Aim of the task: Print nothing but the lines below starting at the line that holds "f 199 197 200" and ending at the line that holds "f 257 258 259", including both, each exactly as written.

The records:

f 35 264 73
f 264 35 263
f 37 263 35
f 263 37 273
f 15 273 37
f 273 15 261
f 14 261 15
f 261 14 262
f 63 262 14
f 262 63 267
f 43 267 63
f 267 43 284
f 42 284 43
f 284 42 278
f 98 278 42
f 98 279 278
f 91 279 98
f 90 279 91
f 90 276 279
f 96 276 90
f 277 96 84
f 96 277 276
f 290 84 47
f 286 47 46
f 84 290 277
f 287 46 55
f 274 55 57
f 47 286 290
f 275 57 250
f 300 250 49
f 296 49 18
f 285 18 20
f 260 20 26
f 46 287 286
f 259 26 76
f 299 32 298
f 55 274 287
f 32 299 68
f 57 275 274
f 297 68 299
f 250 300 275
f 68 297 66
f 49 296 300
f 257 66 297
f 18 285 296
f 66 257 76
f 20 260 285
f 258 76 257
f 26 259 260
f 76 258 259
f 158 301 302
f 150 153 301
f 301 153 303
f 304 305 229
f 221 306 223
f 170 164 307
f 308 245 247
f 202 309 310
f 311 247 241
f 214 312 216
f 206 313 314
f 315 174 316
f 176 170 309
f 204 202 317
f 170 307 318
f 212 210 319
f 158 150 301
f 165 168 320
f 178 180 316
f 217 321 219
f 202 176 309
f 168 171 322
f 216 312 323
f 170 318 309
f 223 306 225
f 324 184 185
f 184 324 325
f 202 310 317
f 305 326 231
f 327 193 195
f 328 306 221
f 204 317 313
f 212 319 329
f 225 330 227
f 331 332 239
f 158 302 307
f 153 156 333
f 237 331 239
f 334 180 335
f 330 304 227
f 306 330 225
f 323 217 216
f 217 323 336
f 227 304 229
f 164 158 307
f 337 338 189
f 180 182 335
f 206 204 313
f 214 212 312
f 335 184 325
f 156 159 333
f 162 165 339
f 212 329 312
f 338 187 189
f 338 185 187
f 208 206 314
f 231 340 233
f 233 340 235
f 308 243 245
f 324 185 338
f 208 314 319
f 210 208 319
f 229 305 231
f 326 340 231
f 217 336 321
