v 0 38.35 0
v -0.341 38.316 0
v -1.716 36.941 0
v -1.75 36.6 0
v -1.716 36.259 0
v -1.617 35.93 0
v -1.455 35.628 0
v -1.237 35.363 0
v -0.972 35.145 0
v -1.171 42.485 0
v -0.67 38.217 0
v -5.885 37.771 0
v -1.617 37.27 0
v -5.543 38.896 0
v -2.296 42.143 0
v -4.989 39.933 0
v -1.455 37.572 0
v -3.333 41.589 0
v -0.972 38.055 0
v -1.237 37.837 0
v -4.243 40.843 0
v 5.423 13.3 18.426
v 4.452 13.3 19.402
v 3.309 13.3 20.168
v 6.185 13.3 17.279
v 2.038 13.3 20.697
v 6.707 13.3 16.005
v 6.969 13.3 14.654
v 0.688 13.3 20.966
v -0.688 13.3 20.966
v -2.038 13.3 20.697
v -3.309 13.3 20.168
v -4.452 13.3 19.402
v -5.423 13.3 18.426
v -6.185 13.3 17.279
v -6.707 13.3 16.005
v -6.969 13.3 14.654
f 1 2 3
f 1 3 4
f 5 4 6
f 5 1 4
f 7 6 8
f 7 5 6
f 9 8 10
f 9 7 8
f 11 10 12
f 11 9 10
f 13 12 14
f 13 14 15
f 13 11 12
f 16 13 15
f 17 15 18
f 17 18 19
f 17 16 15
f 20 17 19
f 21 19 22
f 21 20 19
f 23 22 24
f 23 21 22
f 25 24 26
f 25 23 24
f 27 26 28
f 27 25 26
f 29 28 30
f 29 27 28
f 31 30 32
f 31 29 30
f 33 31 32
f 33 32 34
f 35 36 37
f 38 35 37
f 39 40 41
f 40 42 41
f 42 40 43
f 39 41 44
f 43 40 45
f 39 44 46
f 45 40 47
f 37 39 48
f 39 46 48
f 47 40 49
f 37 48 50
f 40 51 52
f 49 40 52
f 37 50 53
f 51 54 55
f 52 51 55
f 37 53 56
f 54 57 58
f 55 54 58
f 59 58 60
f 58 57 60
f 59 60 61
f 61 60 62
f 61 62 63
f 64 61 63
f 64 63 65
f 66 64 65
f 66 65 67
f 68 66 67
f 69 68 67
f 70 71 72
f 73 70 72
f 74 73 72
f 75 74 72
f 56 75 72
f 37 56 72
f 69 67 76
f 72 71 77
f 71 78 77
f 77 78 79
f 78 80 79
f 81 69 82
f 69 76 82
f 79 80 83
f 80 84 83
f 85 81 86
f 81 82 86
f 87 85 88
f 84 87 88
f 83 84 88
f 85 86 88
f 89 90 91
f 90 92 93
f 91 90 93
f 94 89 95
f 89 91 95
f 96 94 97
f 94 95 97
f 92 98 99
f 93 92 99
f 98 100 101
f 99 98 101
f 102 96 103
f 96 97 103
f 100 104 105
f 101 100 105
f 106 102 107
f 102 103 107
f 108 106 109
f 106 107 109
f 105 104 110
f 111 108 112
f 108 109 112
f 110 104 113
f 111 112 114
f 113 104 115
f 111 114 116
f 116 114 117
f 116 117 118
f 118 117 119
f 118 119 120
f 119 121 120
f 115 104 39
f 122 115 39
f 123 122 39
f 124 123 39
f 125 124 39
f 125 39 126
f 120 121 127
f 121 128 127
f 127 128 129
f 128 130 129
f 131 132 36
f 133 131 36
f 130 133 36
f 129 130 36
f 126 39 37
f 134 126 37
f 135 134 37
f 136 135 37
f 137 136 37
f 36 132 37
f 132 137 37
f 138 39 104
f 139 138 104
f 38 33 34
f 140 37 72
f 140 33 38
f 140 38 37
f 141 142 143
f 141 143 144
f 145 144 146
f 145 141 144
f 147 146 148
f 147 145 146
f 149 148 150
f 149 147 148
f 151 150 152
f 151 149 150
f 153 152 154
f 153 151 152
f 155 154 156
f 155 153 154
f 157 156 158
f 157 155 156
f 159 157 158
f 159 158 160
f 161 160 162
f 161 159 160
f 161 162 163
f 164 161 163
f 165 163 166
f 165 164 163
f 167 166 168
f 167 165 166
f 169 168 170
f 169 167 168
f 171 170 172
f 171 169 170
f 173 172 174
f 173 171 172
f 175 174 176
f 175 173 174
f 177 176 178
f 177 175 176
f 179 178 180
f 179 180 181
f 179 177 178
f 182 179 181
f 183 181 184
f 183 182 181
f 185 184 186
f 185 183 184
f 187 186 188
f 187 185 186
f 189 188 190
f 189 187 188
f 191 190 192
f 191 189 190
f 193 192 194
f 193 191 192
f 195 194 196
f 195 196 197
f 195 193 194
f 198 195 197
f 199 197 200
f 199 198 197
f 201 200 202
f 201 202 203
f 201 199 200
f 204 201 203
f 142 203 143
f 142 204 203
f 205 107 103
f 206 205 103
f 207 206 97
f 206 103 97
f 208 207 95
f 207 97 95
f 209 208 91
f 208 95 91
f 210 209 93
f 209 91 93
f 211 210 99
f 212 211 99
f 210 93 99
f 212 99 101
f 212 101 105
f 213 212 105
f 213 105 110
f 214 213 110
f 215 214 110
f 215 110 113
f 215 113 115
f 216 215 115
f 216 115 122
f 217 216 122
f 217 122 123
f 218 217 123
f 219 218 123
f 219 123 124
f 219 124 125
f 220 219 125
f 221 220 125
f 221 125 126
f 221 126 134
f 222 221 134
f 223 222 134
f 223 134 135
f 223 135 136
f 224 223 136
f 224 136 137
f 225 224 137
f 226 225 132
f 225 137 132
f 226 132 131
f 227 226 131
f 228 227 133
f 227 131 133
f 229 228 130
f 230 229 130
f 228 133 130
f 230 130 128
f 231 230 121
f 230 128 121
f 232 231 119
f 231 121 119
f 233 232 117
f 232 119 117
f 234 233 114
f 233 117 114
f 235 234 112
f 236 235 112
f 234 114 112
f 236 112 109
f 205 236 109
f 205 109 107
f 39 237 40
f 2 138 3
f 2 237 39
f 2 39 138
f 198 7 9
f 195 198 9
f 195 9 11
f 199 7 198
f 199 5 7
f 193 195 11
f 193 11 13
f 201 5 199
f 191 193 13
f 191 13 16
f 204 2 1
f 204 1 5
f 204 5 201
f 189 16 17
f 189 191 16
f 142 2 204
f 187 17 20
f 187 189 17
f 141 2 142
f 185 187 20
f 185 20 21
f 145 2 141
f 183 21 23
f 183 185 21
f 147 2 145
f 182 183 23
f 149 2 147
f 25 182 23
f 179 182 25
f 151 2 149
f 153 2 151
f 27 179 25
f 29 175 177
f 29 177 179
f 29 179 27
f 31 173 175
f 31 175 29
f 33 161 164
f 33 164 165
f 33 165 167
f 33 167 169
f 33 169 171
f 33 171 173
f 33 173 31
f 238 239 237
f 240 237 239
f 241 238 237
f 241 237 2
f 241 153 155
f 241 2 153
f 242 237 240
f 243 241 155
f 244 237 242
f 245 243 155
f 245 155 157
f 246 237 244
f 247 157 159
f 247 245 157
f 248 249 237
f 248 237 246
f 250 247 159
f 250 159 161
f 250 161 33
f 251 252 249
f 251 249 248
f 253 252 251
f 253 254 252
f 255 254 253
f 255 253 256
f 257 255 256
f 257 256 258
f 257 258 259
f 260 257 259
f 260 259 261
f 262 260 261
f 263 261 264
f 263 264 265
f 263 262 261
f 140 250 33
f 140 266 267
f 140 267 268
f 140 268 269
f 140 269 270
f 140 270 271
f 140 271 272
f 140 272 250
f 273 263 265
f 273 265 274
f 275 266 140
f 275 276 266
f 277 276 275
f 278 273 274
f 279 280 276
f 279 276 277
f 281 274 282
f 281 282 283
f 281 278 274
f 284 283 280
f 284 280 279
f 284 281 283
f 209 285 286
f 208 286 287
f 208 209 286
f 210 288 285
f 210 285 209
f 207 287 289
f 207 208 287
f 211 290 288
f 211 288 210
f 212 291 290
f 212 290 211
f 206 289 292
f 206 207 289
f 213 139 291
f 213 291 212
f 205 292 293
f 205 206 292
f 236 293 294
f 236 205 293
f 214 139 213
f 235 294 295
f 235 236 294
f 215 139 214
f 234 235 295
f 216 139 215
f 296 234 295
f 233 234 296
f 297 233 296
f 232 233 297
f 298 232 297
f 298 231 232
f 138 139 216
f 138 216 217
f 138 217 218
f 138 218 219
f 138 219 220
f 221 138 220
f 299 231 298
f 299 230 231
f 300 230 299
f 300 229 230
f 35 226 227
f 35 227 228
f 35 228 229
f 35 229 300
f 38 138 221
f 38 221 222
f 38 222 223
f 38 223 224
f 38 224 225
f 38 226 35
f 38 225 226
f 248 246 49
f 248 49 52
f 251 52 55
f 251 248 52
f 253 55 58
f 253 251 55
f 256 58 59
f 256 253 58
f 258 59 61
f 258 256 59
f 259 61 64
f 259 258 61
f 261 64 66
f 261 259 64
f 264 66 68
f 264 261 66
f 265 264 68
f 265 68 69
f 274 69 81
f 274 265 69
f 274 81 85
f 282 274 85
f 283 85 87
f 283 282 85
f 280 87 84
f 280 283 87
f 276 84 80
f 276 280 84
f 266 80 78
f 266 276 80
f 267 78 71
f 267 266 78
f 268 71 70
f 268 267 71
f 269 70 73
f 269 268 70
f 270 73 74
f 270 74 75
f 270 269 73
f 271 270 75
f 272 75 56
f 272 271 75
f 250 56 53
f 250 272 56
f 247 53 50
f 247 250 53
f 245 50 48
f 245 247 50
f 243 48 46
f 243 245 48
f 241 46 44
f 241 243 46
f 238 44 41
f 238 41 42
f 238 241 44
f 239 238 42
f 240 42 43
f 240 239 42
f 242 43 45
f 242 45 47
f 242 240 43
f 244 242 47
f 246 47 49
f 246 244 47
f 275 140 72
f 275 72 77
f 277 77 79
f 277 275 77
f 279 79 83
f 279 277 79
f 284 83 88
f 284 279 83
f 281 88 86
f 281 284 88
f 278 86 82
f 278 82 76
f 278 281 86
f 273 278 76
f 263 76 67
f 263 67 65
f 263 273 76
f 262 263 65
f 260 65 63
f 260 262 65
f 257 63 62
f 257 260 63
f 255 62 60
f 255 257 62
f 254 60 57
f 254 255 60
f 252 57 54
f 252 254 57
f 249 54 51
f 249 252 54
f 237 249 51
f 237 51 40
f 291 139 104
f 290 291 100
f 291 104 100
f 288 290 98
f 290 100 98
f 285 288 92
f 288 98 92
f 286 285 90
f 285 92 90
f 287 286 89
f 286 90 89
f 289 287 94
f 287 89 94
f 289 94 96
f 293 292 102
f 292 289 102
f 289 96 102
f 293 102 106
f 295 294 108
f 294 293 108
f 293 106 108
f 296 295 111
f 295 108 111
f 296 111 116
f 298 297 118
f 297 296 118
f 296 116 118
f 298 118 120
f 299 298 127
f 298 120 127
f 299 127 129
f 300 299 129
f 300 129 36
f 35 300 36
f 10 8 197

Answer to this exercise:
f 199 197 200
f 199 198 197
f 201 200 202
f 201 202 203
f 201 199 200
f 204 201 203
f 142 203 143
f 142 204 203
f 205 107 103
f 206 205 103
f 207 206 97
f 206 103 97
f 208 207 95
f 207 97 95
f 209 208 91
f 208 95 91
f 210 209 93
f 209 91 93
f 211 210 99
f 212 211 99
f 210 93 99
f 212 99 101
f 212 101 105
f 213 212 105
f 213 105 110
f 214 213 110
f 215 214 110
f 215 110 113
f 215 113 115
f 216 215 115
f 216 115 122
f 217 216 122
f 217 122 123
f 218 217 123
f 219 218 123
f 219 123 124
f 219 124 125
f 220 219 125
f 221 220 125
f 221 125 126
f 221 126 134
f 222 221 134
f 223 222 134
f 223 134 135
f 223 135 136
f 224 223 136
f 224 136 137
f 225 224 137
f 226 225 132
f 225 137 132
f 226 132 131
f 227 226 131
f 228 227 133
f 227 131 133
f 229 228 130
f 230 229 130
f 228 133 130
f 230 130 128
f 231 230 121
f 230 128 121
f 232 231 119
f 231 121 119
f 233 232 117
f 232 119 117
f 234 233 114
f 233 117 114
f 235 234 112
f 236 235 112
f 234 114 112
f 236 112 109
f 205 236 109
f 205 109 107
f 39 237 40
f 2 138 3
f 2 237 39
f 2 39 138
f 198 7 9
f 195 198 9
f 195 9 11
f 199 7 198
f 199 5 7
f 193 195 11
f 193 11 13
f 201 5 199
f 191 193 13
f 191 13 16
f 204 2 1
f 204 1 5
f 204 5 201
f 189 16 17
f 189 191 16
f 142 2 204
f 187 17 20
f 187 189 17
f 141 2 142
f 185 187 20
f 185 20 21
f 145 2 141
f 183 21 23
f 183 185 21
f 147 2 145
f 182 183 23
f 149 2 147
f 25 182 23
f 179 182 25
f 151 2 149
f 153 2 151
f 27 179 25
f 29 175 177
f 29 177 179
f 29 179 27
f 31 173 175
f 31 175 29
f 33 161 164
f 33 164 165
f 33 165 167
f 33 167 169
f 33 169 171
f 33 171 173
f 33 173 31
f 238 239 237
f 240 237 239
f 241 238 237
f 241 237 2
f 241 153 155
f 241 2 153
f 242 237 240
f 243 241 155
f 244 237 242
f 245 243 155
f 245 155 157
f 246 237 244
f 247 157 159
f 247 245 157
f 248 249 237
f 248 237 246
f 250 247 159
f 250 159 161
f 250 161 33
f 251 252 249
f 251 249 248
f 253 252 251
f 253 254 252
f 255 254 253
f 255 253 256
f 257 255 256
f 257 256 258
f 257 258 259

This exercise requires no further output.